The Flaws of Predictive Analytics

Despite the growing popularity of these tools, few families or advocates have heard about them, much less provided meaningful input into their development and use. Yet countless policy choices and value judgments are made in the course of creating and using the tool, any or all of which can impact whether the tool promotes “fairness” or reduces racial disproportionality in agency action.

Moreover, like the tools we have seen in the criminal legal system, any tool built from a jurisdiction’s historical data runs the risk of continuing and increasing existing bias. Historically over-regulated and over-separated communities may get caught in a feedback loop that quickly magnifies the biases in these systems. Who decides what “high risk” means? When a caseworker sees a “high” risk score for a Black person, do they respond in the same way as they would for a white person?
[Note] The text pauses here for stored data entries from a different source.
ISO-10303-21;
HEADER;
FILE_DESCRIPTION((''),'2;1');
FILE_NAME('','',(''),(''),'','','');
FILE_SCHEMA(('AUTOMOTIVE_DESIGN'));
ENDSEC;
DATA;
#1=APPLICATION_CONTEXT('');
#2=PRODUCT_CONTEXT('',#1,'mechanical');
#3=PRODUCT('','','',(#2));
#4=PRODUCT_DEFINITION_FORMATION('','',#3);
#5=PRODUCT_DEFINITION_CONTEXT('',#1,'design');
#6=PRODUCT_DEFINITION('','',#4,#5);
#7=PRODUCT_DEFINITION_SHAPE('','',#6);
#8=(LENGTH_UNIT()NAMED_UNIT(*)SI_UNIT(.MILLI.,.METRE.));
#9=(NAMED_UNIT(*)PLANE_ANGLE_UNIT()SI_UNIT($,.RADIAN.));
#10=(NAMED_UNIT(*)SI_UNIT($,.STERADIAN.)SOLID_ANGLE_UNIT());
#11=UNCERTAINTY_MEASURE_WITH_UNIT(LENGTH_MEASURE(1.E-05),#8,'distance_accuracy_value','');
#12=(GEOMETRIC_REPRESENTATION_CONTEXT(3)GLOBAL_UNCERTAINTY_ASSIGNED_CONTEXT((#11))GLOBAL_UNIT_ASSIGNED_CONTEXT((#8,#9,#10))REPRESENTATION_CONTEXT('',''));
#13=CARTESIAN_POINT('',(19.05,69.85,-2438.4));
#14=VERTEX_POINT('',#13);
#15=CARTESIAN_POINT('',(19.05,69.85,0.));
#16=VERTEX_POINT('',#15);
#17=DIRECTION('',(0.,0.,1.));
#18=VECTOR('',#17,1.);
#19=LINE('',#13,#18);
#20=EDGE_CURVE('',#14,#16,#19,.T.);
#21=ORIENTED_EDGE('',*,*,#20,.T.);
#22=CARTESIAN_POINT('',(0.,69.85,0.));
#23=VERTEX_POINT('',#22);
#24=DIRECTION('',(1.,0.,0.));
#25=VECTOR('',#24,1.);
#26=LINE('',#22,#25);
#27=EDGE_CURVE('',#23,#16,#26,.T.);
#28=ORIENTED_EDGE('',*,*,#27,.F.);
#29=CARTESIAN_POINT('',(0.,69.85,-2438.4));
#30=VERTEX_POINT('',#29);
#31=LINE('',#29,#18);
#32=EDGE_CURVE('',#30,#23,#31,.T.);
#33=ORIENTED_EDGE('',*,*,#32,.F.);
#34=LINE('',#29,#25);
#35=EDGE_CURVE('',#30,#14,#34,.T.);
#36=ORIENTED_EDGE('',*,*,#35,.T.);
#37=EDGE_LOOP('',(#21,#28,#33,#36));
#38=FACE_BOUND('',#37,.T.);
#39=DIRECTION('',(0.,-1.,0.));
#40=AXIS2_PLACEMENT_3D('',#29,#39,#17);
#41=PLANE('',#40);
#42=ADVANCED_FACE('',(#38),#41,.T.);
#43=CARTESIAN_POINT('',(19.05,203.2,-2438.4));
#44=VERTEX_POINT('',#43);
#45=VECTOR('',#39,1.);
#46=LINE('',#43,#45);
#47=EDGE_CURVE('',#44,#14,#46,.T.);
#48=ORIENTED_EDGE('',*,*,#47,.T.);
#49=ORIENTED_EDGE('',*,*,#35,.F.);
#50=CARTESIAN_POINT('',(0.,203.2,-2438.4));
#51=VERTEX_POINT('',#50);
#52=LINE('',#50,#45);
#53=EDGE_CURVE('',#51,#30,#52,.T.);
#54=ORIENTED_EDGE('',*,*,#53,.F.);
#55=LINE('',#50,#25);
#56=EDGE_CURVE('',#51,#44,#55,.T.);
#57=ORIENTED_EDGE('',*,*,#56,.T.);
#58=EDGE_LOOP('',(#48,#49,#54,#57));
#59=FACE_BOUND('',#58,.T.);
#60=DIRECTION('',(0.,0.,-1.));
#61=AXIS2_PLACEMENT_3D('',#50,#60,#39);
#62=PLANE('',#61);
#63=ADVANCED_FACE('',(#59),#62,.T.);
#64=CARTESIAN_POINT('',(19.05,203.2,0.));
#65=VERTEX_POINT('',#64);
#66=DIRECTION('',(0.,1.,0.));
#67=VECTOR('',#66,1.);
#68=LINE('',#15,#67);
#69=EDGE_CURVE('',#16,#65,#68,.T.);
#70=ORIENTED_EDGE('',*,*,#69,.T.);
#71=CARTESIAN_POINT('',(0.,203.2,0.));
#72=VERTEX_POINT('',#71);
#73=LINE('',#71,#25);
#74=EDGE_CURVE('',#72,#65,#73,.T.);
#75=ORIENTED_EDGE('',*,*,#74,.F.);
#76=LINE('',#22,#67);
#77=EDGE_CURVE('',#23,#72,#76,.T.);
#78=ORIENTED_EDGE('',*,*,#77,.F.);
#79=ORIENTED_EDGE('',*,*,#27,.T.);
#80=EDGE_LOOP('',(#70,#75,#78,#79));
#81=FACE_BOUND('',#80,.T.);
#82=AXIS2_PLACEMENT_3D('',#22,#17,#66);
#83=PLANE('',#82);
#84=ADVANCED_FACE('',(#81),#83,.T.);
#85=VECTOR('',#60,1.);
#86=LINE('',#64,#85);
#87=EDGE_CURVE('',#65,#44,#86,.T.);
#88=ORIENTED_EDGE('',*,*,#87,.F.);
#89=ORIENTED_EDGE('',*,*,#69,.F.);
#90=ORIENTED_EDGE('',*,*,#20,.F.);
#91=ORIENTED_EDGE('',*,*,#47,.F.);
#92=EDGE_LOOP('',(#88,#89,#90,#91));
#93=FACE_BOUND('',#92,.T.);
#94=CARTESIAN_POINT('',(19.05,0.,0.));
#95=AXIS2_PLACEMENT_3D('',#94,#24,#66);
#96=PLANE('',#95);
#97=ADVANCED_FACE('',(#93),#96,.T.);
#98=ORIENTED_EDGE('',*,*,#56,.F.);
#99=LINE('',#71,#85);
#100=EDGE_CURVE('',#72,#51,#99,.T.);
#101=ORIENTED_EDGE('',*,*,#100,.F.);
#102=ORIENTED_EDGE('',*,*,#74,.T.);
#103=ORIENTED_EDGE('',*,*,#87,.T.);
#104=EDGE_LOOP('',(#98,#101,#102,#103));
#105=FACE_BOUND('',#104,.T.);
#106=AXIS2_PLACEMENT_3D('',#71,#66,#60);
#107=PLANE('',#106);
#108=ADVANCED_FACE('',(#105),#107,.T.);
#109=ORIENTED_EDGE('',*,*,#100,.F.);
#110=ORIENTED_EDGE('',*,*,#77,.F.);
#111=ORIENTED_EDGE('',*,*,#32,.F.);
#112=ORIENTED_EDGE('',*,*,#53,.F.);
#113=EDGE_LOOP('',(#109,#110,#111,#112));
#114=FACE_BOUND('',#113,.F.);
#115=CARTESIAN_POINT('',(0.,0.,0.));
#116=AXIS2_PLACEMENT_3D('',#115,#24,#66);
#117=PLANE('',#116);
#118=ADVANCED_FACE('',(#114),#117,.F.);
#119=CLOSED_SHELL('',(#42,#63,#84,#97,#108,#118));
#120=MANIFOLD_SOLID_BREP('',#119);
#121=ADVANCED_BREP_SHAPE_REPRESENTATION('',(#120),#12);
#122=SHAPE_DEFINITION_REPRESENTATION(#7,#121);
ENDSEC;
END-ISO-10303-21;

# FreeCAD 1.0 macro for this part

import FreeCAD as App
import Part
import Sketcher
Q = App.Units.Quantity

doc = App.newDocument("Part")
body = doc.addObject("PartDesign::Body", "Body")

# Sketch on YZ plane
sketch1 = body.newObject("Sketcher::SketchObject", "Sketch")
sketch1.AttachmentSupport = (doc.getObject("YZ_Plane"), [""])
sketch1.MapMode = "FlatFace"
sketch1.addGeometry([
    Part.LineSegment(App.Vector(203, 0, 0), App.Vector(70, 0, 0)),
    Part.LineSegment(App.Vector(70, 0, 0), App.Vector(70, -2438, 0)),
    Part.LineSegment(App.Vector(70, -2438, 0), App.Vector(203, -2438, 0)),
    Part.LineSegment(App.Vector(203, -2438, 0), App.Vector(203, 0, 0)),
], False)
sketch1.addConstraint([
    Sketcher.Constraint("Coincident", 0, 2, 1, 1),
    Sketcher.Constraint("Coincident", 1, 2, 2, 1),
    Sketcher.Constraint("Coincident", 2, 2, 3, 1),
    Sketcher.Constraint("Coincident", 3, 2, 0, 1),
    Sketcher.Constraint("Horizontal", 0),
    Sketcher.Constraint("Vertical", 1),
    Sketcher.Constraint("Horizontal", 2),
    Sketcher.Constraint("Vertical", 3),
    Sketcher.Constraint("PointOnObject", 0, 2, -1),
    Sketcher.Constraint("DistanceY", 1, 2, 1, 1, Q("96 in")),
    Sketcher.Constraint("DistanceX", 0, 2, 0, 1, Q("5.25 in")),
    Sketcher.Constraint("DistanceX", -1, 1, 2, 2, Q("8 in")),
])
pad1 = body.newObject("PartDesign::Pad", "Pad")
pad1.Profile = sketch1
pad1.Length = Q("0.75 in")

doc.recompute()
Ultimately, we must ask whether these tools are the best way to spend hundreds of thousands, if not millions of dollars, when such funds are urgently needed to help families avoid the crises that lead to abuse and neglect allegations.

What the ACLU is Doing

It’s critical that we interrogate these tools before they become entrenched, as they have in the criminal justice system. Information about the data used to create a predictive algorithm, the policy choices embedded in the tool, and the tool’s impact both system-wide and in individual cases are some of the things that should be disclosed to the public before a tool is adopted and throughout its use. In addition to such transparency, jurisdictions need to make available opportunities to question and contest a tool’s implementation or application in a specific instance if our policymakers and elected officials are to be held accountable for the rules and penalties enforced through such tools.

In this vein, the ACLU has requested data from Allegheny County and other jurisdictions to independently evaluate the design and impact of their predictive analytics tools and any measures they may be taking to address fairness, due process, and civil liberty concerns.

It’s time that all of us ask our local policymakers to end the unnecessary and harmful policing of families through the family regulation system.